Top of Information given
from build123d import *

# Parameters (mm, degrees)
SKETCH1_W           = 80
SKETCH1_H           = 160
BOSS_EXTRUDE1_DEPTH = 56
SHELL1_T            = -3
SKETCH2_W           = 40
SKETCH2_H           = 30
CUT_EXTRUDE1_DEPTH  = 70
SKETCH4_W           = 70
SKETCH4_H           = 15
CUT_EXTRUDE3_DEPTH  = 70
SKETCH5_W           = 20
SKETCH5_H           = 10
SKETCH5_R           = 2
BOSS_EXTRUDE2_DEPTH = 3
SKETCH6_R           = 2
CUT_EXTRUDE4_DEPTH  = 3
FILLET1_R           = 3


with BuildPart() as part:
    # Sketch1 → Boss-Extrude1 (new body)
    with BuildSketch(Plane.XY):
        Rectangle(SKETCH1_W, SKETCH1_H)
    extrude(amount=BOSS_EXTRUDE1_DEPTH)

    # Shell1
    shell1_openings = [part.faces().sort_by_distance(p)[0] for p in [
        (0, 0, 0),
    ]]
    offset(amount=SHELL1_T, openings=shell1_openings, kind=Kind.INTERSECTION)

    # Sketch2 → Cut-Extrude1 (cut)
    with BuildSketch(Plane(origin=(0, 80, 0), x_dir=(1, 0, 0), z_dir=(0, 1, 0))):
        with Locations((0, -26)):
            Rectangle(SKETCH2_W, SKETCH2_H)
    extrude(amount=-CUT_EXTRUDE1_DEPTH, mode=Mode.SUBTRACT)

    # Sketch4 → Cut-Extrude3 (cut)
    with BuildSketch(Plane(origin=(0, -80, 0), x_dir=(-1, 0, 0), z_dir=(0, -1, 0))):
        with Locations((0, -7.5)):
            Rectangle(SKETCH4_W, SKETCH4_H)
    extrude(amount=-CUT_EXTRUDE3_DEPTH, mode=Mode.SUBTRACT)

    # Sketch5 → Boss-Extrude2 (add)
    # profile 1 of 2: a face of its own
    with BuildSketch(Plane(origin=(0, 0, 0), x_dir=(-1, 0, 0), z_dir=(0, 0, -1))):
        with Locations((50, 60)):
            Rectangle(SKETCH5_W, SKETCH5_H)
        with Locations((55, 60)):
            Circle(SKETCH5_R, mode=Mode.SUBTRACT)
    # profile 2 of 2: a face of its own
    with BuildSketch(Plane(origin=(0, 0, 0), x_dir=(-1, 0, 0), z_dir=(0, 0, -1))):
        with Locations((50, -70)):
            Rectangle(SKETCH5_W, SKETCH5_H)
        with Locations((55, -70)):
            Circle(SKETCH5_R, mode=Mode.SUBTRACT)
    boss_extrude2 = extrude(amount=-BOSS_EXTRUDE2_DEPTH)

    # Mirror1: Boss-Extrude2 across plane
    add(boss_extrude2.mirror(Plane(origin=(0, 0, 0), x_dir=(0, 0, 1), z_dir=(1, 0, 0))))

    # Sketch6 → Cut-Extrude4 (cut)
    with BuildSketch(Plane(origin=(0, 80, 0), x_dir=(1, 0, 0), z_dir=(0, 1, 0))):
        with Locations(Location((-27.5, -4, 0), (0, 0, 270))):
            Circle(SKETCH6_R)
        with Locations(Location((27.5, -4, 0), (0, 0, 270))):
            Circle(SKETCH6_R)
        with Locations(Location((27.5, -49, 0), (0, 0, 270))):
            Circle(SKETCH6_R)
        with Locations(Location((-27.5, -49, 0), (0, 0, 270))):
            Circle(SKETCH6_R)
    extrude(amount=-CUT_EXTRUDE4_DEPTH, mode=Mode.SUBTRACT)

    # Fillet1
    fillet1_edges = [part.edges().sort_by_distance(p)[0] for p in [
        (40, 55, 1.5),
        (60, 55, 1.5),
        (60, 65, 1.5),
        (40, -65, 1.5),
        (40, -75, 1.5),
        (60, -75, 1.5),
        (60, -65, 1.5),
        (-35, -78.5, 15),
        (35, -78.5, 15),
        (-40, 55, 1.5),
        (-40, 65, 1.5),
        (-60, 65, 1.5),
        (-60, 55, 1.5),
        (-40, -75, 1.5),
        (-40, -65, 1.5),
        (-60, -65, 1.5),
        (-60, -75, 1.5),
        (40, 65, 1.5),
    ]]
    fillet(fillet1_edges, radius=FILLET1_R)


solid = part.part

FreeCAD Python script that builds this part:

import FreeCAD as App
import Part
import Sketcher


def edges_at(feature, points):
    """Names of the edges that pass closest to the given points."""
    edges = feature.Shape.Edges
    near = lambda p: min(range(len(edges)), key=lambda i: edges[i].distToShape(Part.Vertex(*p))[0])
    return sorted({f"Edge{near(p) + 1}" for p in points})


def faces_at(feature, points):
    """Names of the faces that lie closest to the given points."""
    faces = feature.Shape.Faces
    near = lambda p: min(range(len(faces)), key=lambda i: faces[i].distToShape(Part.Vertex(*p))[0])
    return sorted({f"Face{near(p) + 1}" for p in points})


def add_polygon(sketch, points):
    """Adds a closed chain of lines whose ends are joined by coincident constraints."""
    first, n = sketch.GeometryCount, len(points)
    for a, b in zip(points, points[1:] + points[:1]):
        sketch.addGeometry(Part.LineSegment(App.Vector(*a, 0), App.Vector(*b, 0)), False)
    for i in range(n):
        sketch.addConstraint(Sketcher.Constraint("Coincident", first + i, 2, first + (i + 1) % n, 1))

doc = App.newDocument("Part")
params = doc.addObject("Spreadsheet::Sheet", "Params")
for row, (alias, value) in enumerate([
    ("sketch1_width", "80 mm"),
    ("sketch1_height", "160 mm"),
    ("pad1_length", "56 mm"),
    ("thickness_wall", "3 mm"),
    ("sketch2_width", "40 mm"),
    ("sketch2_height", "30 mm"),
    ("pocket1_length", "70 mm"),
    ("sketch3_width", "70 mm"),
    ("sketch3_height", "15 mm"),
    ("pocket2_length", "70 mm"),
    ("sketch4_diameter", "4 mm"),
    ("sketch4_width", "20 mm"),
    ("sketch4_height", "10 mm"),
    ("pad2_length", "3 mm"),
    ("sketch5_diameter", "4 mm"),
    ("pocket3_length", "3 mm"),
    ("fillet_radius", "3 mm"),
], start=1):
    params.set(f"A{row}", alias)
    params.set(f"B{row}", "=" + value)
    params.setAlias(f"B{row}", alias)

body = doc.addObject("PartDesign::Body", "Body")

sketch1 = body.newObject("Sketcher::SketchObject", "Sketch")
sketch1.AttachmentSupport = (doc.getObject("XY_Plane"), [""])
sketch1.MapMode = "FlatFace"
add_polygon(sketch1, [(-40, 80), (-40, -80), (40, -80), (40, 80)])
sketch1.addConstraint(Sketcher.Constraint("Vertical", 0))
sketch1.addConstraint(Sketcher.Constraint("Horizontal", 1))
sketch1.addConstraint(Sketcher.Constraint("Vertical", 2))
sketch1.addConstraint(Sketcher.Constraint("Horizontal", 3))
sketch1.addConstraint(Sketcher.Constraint("Symmetric", 0, 2, 2, 2, -1, 1))
sketch1.addConstraint(Sketcher.Constraint("DistanceX", 1, 1, 1, 2, 80.0))
sketch1.addConstraint(Sketcher.Constraint("DistanceY", 0, 2, 0, 1, 160.0))
sketch1.setExpression("Constraints[9]", "Params.sketch1_width")
sketch1.setExpression("Constraints[10]", "Params.sketch1_height")
pad1 = body.newObject("PartDesign::Pad", "Pad")
pad1.Profile = sketch1
pad1.setExpression("Length", "Params.pad1_length")
doc.recompute()

thickness = body.newObject("PartDesign::Thickness", "Thickness")
thickness.Base = (pad1, faces_at(pad1, [(0, 0, 0)]))
thickness.setExpression("Value", "Params.thickness_wall")
thickness.Reversed = True
thickness.Join = "Intersection"

sketch2 = body.newObject("Sketcher::SketchObject", "Sketch001")
sketch2.AttachmentSupport = (doc.getObject("XZ_Plane"), [""])
sketch2.MapMode = "FlatFace"
sketch2.AttachmentOffset = App.Placement(App.Vector(0, 0, -80), App.Rotation())
add_polygon(sketch2, [(-20, 11), (-20, 41), (20, 41), (20, 11)])
sketch2.addConstraint(Sketcher.Constraint("Vertical", 0))
sketch2.addConstraint(Sketcher.Constraint("Horizontal", 1))
sketch2.addConstraint(Sketcher.Constraint("Vertical", 2))
sketch2.addConstraint(Sketcher.Constraint("Horizontal", 3))
sketch2.addConstraint(Sketcher.Constraint("DistanceX", 1, 1, 1, 2, 40.0))
sketch2.addConstraint(Sketcher.Constraint("DistanceY", 0, 1, 0, 2, 30.0))
sketch2.addConstraint(Sketcher.Constraint("DistanceX", 0, 2, -1, 1, 20.0))
sketch2.addConstraint(Sketcher.Constraint("DistanceY", -1, 1, 0, 2, 41.0))
sketch2.setExpression("Constraints[8]", "Params.sketch2_width")
sketch2.setExpression("Constraints[9]", "Params.sketch2_height")
pocket1 = body.newObject("PartDesign::Pocket", "Pocket")
pocket1.Profile = sketch2
pocket1.setExpression("Length", "Params.pocket1_length")
pocket1.Reversed = True

sketch3 = body.newObject("Sketcher::SketchObject", "Sketch002")
sketch3.AttachmentSupport = (doc.getObject("XZ_Plane"), [""])
sketch3.MapMode = "FlatFace"
sketch3.AttachmentOffset = App.Placement(App.Vector(0, 0, 80), App.Rotation())
add_polygon(sketch3, [(35, 0), (35, 15), (-35, 15), (-35, 0)])
sketch3.addConstraint(Sketcher.Constraint("Vertical", 0))
sketch3.addConstraint(Sketcher.Constraint("Horizontal", 1))
sketch3.addConstraint(Sketcher.Constraint("Vertical", 2))
sketch3.addConstraint(Sketcher.Constraint("Horizontal", 3))
sketch3.addConstraint(Sketcher.Constraint("Symmetric", 2, 2, 3, 2, -1, 1))
sketch3.addConstraint(Sketcher.Constraint("DistanceX", 1, 2, 1, 1, 70.0))
sketch3.addConstraint(Sketcher.Constraint("DistanceY", 0, 1, 0, 2, 15.0))
sketch3.setExpression("Constraints[9]", "Params.sketch3_width")
sketch3.setExpression("Constraints[10]", "Params.sketch3_height")
pocket2 = body.newObject("PartDesign::Pocket", "Pocket001")
pocket2.Profile = sketch3
pocket2.setExpression("Length", "Params.pocket2_length")

sketch4 = body.newObject("Sketcher::SketchObject", "Sketch003")
sketch4.AttachmentSupport = (doc.getObject("XY_Plane"), [""])
sketch4.MapMode = "FlatFace"
add_polygon(sketch4, [(-40, 65), (-40, 55), (-60, 55), (-60, 65)])
sketch4.addGeometry(Part.Circle(App.Vector(-55, 60, 0), App.Vector(0, 0, 1), 2), False)
add_polygon(sketch4, [(-40, -65), (-40, -75), (-60, -75), (-60, -65)])
sketch4.addGeometry(Part.Circle(App.Vector(-55, -70, 0), App.Vector(0, 0, 1), 2), False)
sketch4.addConstraint(Sketcher.Constraint("Vertical", 0))
sketch4.addConstraint(Sketcher.Constraint("Horizontal", 1))
sketch4.addConstraint(Sketcher.Constraint("Vertical", 2))
sketch4.addConstraint(Sketcher.Constraint("Horizontal", 3))
sketch4.addConstraint(Sketcher.Constraint("Vertical", 5))
sketch4.addConstraint(Sketcher.Constraint("Horizontal", 6))
sketch4.addConstraint(Sketcher.Constraint("Vertical", 7))
sketch4.addConstraint(Sketcher.Constraint("Horizontal", 8))
sketch4.addConstraint(Sketcher.Constraint("Equal", 4, 9))
sketch4.addConstraint(Sketcher.Constraint("Symmetric", 2, 2, 7, 2, -1))
sketch4.addConstraint(Sketcher.Constraint("Vertical", 4, 3, 9, 3))
sketch4.addConstraint(Sketcher.Constraint("Vertical", 3, 2, 5, 2))
sketch4.addConstraint(Sketcher.Constraint("Equal", 2, 5))
sketch4.addConstraint(Sketcher.Constraint("Diameter", 4, 4.0))
sketch4.addConstraint(Sketcher.Constraint("DistanceX", 1, 2, 1, 1, 20.0))
sketch4.addConstraint(Sketcher.Constraint("DistanceY", 0, 2, 0, 1, 10.0))
sketch4.addConstraint(Sketcher.Constraint("DistanceX", 4, 3, -1, 1, 55.0))
sketch4.addConstraint(Sketcher.Constraint("DistanceY", -1, 1, 4, 3, 60.0))
sketch4.addConstraint(Sketcher.Constraint("DistanceY", 9, 3, -1, 1, 70.0))
sketch4.addConstraint(Sketcher.Constraint("DistanceX", 0, 2, -1, 1, 40.0))
sketch4.addConstraint(Sketcher.Constraint("DistanceY", -1, 1, 0, 2, 55.0))
sketch4.setExpression("Constraints[21]", "Params.sketch4_diameter")
sketch4.setExpression("Constraints[22]", "Params.sketch4_width")
sketch4.setExpression("Constraints[23]", "Params.sketch4_height")
pad2 = body.newObject("PartDesign::Pad", "Pad001")
pad2.Profile = sketch4
pad2.setExpression("Length", "Params.pad2_length")
doc.recompute()

mirrored = body.newObject("PartDesign::Mirrored", "Mirrored")
mirrored.Originals = [pad2]
mirrored.MirrorPlane = (doc.getObject("YZ_Plane"), [""])
body.Tip = mirrored

sketch5 = body.newObject("Sketcher::SketchObject", "Sketch004")
sketch5.AttachmentSupport = (doc.getObject("XZ_Plane"), [""])
sketch5.MapMode = "FlatFace"
sketch5.AttachmentOffset = App.Placement(App.Vector(0, 0, -80), App.Rotation())
sketch5.addGeometry(Part.Circle(App.Vector(-27.5, 4, 0), App.Vector(0, 0, 1), 2), False)
sketch5.addGeometry(Part.Circle(App.Vector(27.5, 4, 0), App.Vector(0, 0, 1), 2), False)
sketch5.addGeometry(Part.Circle(App.Vector(27.5, 49, 0), App.Vector(0, 0, 1), 2), False)
sketch5.addGeometry(Part.Circle(App.Vector(-27.5, 49, 0), App.Vector(0, 0, 1), 2), False)
sketch5.addConstraint(Sketcher.Constraint("Equal", 0, 1))
sketch5.addConstraint(Sketcher.Constraint("Equal", 1, 2))
sketch5.addConstraint(Sketcher.Constraint("Equal", 2, 3))
sketch5.addConstraint(Sketcher.Constraint("Symmetric", 0, 3, 1, 3, -2))
sketch5.addConstraint(Sketcher.Constraint("Symmetric", 2, 3, 3, 3, -2))
sketch5.addConstraint(Sketcher.Constraint("Vertical", 1, 3, 2, 3))
sketch5.addConstraint(Sketcher.Constraint("Diameter", 0, 4.0))
sketch5.addConstraint(Sketcher.Constraint("DistanceY", -1, 1, 0, 3, 4.0))
sketch5.addConstraint(Sketcher.Constraint("DistanceY", -1, 1, 2, 3, 49.0))
sketch5.addConstraint(Sketcher.Constraint("DistanceX", 0, 3, 1, 3, 55.0))
sketch5.setExpression("Constraints[6]", "Params.sketch5_diameter")
pocket3 = body.newObject("PartDesign::Pocket", "Pocket002")
pocket3.Profile = sketch5
pocket3.setExpression("Length", "Params.pocket3_length")
pocket3.Reversed = True
doc.recompute()

fillet = body.newObject("PartDesign::Fillet", "Fillet")
fillet.Base = (pocket3, edges_at(pocket3, [
    (40, 55, 1.5),
    (60, 55, 1.5),
    (60, 65, 1.5),
    (40, -65, 1.5),
    (40, -75, 1.5),
    (60, -75, 1.5),
    (60, -65, 1.5),
    (-35, -78.5, 15),
    (35, -78.5, 15),
    (-40, 55, 1.5),
    (-40, 65, 1.5),
    (-60, 65, 1.5),
    (-60, 55, 1.5),
    (-40, -75, 1.5),
    (-40, -65, 1.5),
    (-60, -65, 1.5),
    (-60, -75, 1.5),
    (40, 65, 1.5),
]))
fillet.setExpression("Radius", "Params.fillet_radius")

doc.recompute()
Bottom of Information given
Task statement:
Lines with "Locations": find them in the data and copy each one.

Response below:
        with Locations((0, -26)):
        with Locations((0, -7.5)):
        with Locations((50, 60)):
        with Locations((55, 60)):
        with Locations((50, -70)):
        with Locations((55, -70)):
        with Locations(Location((-27.5, -4, 0), (0, 0, 270))):
        with Locations(Location((27.5, -4, 0), (0, 0, 270))):
        with Locations(Location((27.5, -49, 0), (0, 0, 270))):
        with Locations(Location((-27.5, -49, 0), (0, 0, 270))):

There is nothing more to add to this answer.